** Records to process **

• • • •

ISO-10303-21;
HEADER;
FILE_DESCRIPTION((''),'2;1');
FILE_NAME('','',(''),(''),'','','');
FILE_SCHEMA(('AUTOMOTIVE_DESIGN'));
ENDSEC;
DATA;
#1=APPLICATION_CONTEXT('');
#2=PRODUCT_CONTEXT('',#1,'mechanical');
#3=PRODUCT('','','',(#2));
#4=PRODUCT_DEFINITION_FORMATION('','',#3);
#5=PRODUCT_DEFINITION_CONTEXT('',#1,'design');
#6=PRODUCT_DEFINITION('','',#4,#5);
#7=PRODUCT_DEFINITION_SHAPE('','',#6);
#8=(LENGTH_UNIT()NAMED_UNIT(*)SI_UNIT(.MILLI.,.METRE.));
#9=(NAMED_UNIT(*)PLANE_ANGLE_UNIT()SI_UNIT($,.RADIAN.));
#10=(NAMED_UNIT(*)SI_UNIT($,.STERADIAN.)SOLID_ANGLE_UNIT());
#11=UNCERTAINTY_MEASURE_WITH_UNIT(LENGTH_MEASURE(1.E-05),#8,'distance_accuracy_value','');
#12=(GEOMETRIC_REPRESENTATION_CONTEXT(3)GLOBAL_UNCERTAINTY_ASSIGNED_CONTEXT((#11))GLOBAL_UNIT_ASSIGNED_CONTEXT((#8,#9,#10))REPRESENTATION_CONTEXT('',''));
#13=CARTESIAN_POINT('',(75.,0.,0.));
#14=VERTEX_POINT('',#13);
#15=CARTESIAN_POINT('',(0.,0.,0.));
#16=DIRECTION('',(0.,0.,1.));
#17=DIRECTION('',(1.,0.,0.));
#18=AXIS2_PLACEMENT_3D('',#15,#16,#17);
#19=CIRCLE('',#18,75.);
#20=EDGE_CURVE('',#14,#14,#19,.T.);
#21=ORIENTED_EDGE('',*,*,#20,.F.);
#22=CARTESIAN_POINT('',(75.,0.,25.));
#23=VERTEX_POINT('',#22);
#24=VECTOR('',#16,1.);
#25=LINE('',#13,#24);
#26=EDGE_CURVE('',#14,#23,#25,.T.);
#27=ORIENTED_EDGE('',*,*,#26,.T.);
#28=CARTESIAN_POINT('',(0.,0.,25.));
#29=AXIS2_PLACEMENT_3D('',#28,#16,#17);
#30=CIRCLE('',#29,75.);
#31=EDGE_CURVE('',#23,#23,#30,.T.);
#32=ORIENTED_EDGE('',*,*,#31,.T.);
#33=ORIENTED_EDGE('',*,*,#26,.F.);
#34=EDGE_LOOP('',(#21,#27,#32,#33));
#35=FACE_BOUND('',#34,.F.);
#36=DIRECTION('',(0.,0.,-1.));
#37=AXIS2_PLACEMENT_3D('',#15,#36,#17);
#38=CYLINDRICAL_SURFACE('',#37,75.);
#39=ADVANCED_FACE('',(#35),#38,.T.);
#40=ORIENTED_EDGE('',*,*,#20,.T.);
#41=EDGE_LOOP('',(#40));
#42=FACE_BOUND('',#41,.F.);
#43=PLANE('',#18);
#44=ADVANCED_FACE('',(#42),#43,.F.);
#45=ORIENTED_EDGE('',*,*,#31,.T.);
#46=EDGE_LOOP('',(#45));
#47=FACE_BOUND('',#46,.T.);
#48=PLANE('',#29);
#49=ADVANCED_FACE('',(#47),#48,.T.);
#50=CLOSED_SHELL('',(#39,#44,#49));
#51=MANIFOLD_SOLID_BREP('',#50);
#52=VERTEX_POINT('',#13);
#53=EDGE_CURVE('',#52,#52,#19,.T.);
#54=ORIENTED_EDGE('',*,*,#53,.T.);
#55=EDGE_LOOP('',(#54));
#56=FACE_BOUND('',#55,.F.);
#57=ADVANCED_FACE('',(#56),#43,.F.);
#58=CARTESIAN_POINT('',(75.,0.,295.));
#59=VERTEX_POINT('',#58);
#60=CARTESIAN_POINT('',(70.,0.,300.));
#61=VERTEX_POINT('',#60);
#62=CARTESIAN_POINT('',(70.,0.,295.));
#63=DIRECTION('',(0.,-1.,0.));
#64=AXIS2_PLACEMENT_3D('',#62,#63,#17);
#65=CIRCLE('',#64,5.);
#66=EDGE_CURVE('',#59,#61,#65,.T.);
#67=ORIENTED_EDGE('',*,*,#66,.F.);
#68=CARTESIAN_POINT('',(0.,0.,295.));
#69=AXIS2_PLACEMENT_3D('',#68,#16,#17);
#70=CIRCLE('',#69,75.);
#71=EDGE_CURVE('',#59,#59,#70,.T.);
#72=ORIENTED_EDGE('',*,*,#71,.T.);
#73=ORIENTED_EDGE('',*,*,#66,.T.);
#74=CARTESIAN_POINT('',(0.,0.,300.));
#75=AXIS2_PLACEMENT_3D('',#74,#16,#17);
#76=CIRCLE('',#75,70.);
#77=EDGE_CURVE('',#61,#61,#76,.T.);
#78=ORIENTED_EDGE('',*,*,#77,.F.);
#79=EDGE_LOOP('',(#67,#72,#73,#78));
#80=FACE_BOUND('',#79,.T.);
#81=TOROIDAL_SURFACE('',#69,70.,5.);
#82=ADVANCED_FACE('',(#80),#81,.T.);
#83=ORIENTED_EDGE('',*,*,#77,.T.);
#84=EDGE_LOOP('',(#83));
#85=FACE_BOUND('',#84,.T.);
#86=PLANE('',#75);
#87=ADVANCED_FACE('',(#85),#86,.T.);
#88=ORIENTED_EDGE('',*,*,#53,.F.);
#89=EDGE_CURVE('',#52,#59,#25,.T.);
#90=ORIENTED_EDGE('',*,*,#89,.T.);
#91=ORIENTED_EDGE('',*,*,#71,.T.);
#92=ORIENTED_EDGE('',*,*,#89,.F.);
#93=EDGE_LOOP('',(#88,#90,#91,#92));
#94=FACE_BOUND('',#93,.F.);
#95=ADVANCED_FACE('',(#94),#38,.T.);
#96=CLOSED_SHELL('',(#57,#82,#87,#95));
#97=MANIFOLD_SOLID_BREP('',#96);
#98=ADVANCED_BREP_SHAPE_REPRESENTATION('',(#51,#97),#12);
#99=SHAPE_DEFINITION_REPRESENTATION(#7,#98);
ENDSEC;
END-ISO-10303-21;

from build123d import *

# Parameters (mm, degrees)
F0_R     = 75
F1_DEPTH = 300
F2_R     = 5
F3_DEPTH = 25


with BuildPart() as f1:
    # F0 (on Top) → F1 (new body)
    with BuildSketch(Plane.XY):
        Circle(F0_R)
    extrude(amount=F1_DEPTH)

    # F2
    f2_edges = [f1.edges().sort_by_distance(p)[0] for p in [
        (-75, 0, 300),
    ]]
    fillet(f2_edges, radius=F2_R)


with BuildPart() as f3:
    # F0 (on Top) → F3 (new body)
    with BuildSketch(Plane.XY):
        Circle(F0_R)
    extrude(amount=F3_DEPTH)


solid = Compound([f1.part, f3.part])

• • • •

** Instructions for the task **
Would you restate, word for word, every line of the listing from its first line through the line with "#34=EDGE_LOOP('',(#21,#27,#32,#33));"?

** Task response **
ISO-10303-21;
HEADER;
FILE_DESCRIPTION((''),'2;1');
FILE_NAME('','',(''),(''),'','','');
FILE_SCHEMA(('AUTOMOTIVE_DESIGN'));
ENDSEC;
DATA;
#1=APPLICATION_CONTEXT('');
#2=PRODUCT_CONTEXT('',#1,'mechanical');
#3=PRODUCT('','','',(#2));
#4=PRODUCT_DEFINITION_FORMATION('','',#3);
#5=PRODUCT_DEFINITION_CONTEXT('',#1,'design');
#6=PRODUCT_DEFINITION('','',#4,#5);
#7=PRODUCT_DEFINITION_SHAPE('','',#6);
#8=(LENGTH_UNIT()NAMED_UNIT(*)SI_UNIT(.MILLI.,.METRE.));
#9=(NAMED_UNIT(*)PLANE_ANGLE_UNIT()SI_UNIT($,.RADIAN.));
#10=(NAMED_UNIT(*)SI_UNIT($,.STERADIAN.)SOLID_ANGLE_UNIT());
#11=UNCERTAINTY_MEASURE_WITH_UNIT(LENGTH_MEASURE(1.E-05),#8,'distance_accuracy_value','');
#12=(GEOMETRIC_REPRESENTATION_CONTEXT(3)GLOBAL_UNCERTAINTY_ASSIGNED_CONTEXT((#11))GLOBAL_UNIT_ASSIGNED_CONTEXT((#8,#9,#10))REPRESENTATION_CONTEXT('',''));
#13=CARTESIAN_POINT('',(75.,0.,0.));
#14=VERTEX_POINT('',#13);
#15=CARTESIAN_POINT('',(0.,0.,0.));
#16=DIRECTION('',(0.,0.,1.));
#17=DIRECTION('',(1.,0.,0.));
#18=AXIS2_PLACEMENT_3D('',#15,#16,#17);
#19=CIRCLE('',#18,75.);
#20=EDGE_CURVE('',#14,#14,#19,.T.);
#21=ORIENTED_EDGE('',*,*,#20,.F.);
#22=CARTESIAN_POINT('',(75.,0.,25.));
#23=VERTEX_POINT('',#22);
#24=VECTOR('',#16,1.);
#25=LINE('',#13,#24);
#26=EDGE_CURVE('',#14,#23,#25,.T.);
#27=ORIENTED_EDGE('',*,*,#26,.T.);
#28=CARTESIAN_POINT('',(0.,0.,25.));
#29=AXIS2_PLACEMENT_3D('',#28,#16,#17);
#30=CIRCLE('',#29,75.);
#31=EDGE_CURVE('',#23,#23,#30,.T.);
#32=ORIENTED_EDGE('',*,*,#31,.T.);
#33=ORIENTED_EDGE('',*,*,#26,.F.);
#34=EDGE_LOOP('',(#21,#27,#32,#33));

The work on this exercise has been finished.